Exercise prompt | Each line of the data should be transcribed exactly as given.

The input |
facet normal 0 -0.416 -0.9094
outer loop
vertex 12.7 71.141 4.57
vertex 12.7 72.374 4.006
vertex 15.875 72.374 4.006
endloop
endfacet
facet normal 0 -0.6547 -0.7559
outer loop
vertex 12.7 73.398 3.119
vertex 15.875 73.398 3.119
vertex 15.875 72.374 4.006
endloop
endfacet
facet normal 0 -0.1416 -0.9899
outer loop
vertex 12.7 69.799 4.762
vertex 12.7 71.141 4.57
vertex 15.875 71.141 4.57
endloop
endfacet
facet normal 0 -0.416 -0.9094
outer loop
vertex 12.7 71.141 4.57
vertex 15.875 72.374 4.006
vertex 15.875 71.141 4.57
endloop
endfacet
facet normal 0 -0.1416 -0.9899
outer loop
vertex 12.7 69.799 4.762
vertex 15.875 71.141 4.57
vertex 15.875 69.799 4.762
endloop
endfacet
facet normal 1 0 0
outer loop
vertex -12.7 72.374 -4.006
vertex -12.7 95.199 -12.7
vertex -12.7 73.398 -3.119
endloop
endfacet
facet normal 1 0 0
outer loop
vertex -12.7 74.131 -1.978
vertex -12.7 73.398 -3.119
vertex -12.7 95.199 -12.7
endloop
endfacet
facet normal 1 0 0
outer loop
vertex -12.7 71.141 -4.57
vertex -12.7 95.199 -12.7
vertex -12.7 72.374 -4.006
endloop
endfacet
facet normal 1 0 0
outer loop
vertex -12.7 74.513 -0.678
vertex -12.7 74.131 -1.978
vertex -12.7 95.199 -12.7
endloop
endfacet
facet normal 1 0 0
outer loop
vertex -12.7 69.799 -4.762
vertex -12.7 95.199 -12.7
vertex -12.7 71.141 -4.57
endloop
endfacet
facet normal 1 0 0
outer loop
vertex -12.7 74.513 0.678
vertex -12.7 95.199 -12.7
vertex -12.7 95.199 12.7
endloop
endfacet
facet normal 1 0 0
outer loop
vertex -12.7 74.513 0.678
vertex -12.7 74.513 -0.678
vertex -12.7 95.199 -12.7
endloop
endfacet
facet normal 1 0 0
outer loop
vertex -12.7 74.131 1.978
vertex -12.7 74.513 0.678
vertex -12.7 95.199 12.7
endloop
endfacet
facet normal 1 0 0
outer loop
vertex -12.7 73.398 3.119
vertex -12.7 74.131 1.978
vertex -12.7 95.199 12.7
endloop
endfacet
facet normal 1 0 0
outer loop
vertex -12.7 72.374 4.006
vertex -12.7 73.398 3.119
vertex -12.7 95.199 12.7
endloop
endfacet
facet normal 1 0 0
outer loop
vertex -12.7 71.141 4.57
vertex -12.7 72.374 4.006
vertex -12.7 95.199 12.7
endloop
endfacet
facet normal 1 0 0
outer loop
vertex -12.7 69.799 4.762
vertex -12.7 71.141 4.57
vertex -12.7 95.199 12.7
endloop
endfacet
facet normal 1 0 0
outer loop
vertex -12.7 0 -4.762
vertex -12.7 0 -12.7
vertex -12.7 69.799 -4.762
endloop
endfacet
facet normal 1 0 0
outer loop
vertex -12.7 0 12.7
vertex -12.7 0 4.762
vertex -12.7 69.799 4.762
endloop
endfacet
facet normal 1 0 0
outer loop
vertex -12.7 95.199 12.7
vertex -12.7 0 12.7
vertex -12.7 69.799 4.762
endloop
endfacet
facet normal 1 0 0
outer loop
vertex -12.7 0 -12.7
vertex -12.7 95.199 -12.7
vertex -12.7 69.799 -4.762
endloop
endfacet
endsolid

Solution to this problem |
facet normal 0 -0.416 -0.9094
outer loop
vertex 12.7 71.141 4.57
vertex 12.7 72.374 4.006
vertex 15.875 72.374 4.006
endloop
endfacet
facet normal 0 -0.6547 -0.7559
outer loop
vertex 12.7 73.398 3.119
vertex 15.875 73.398 3.119
vertex 15.875 72.374 4.006
endloop
endfacet
facet normal 0 -0.1416 -0.9899
outer loop
vertex 12.7 69.799 4.762
vertex 12.7 71.141 4.57
vertex 15.875 71.141 4.57
endloop
endfacet
facet normal 0 -0.416 -0.9094
outer loop
vertex 12.7 71.141 4.57
vertex 15.875 72.374 4.006
vertex 15.875 71.141 4.57
endloop
endfacet
facet normal 0 -0.1416 -0.9899
outer loop
vertex 12.7 69.799 4.762
vertex 15.875 71.141 4.57
vertex 15.875 69.799 4.762
endloop
endfacet
facet normal 1 0 0
outer loop
vertex -12.7 72.374 -4.006
vertex -12.7 95.199 -12.7
vertex -12.7 73.398 -3.119
endloop
endfacet
facet normal 1 0 0
outer loop
vertex -12.7 74.131 -1.978
vertex -12.7 73.398 -3.119
vertex -12.7 95.199 -12.7
endloop
endfacet
facet normal 1 0 0
outer loop
vertex -12.7 71.141 -4.57
vertex -12.7 95.199 -12.7
vertex -12.7 72.374 -4.006
endloop
endfacet
facet normal 1 0 0
outer loop
vertex -12.7 74.513 -0.678
vertex -12.7 74.131 -1.978
vertex -12.7 95.199 -12.7
endloop
endfacet
facet normal 1 0 0
outer loop
vertex -12.7 69.799 -4.762
vertex -12.7 95.199 -12.7
vertex -12.7 71.141 -4.57
endloop
endfacet
facet normal 1 0 0
outer loop
vertex -12.7 74.513 0.678
vertex -12.7 95.199 -12.7
vertex -12.7 95.199 12.7
endloop
endfacet
facet normal 1 0 0
outer loop
vertex -12.7 74.513 0.678
vertex -12.7 74.513 -0.678
vertex -12.7 95.199 -12.7
endloop
endfacet
facet normal 1 0 0
outer loop
vertex -12.7 74.131 1.978
vertex -12.7 74.513 0.678
vertex -12.7 95.199 12.7
endloop
endfacet
facet normal 1 0 0
outer loop
vertex -12.7 73.398 3.119
vertex -12.7 74.131 1.978
vertex -12.7 95.199 12.7
endloop
endfacet
facet normal 1 0 0
outer loop
vertex -12.7 72.374 4.006
vertex -12.7 73.398 3.119
vertex -12.7 95.199 12.7
endloop
endfacet
facet normal 1 0 0
outer loop
vertex -12.7 71.141 4.57
vertex -12.7 72.374 4.006
vertex -12.7 95.199 12.7
endloop
endfacet
facet normal 1 0 0
outer loop
vertex -12.7 69.799 4.762
vertex -12.7 71.141 4.57
vertex -12.7 95.199 12.7
endloop
endfacet
facet normal 1 0 0
outer loop
vertex -12.7 0 -4.762
vertex -12.7 0 -12.7
vertex -12.7 69.799 -4.762
endloop
endfacet
facet normal 1 0 0
outer loop
vertex -12.7 0 12.7
vertex -12.7 0 4.762
vertex -12.7 69.799 4.762
endloop
endfacet
facet normal 1 0 0
outer loop
vertex -12.7 95.199 12.7
vertex -12.7 0 12.7
vertex -12.7 69.799 4.762
endloop
endfacet
facet normal 1 0 0
outer loop
vertex -12.7 0 -12.7
vertex -12.7 95.199 -12.7
vertex -12.7 69.799 -4.762
endloop
endfacet
endsolid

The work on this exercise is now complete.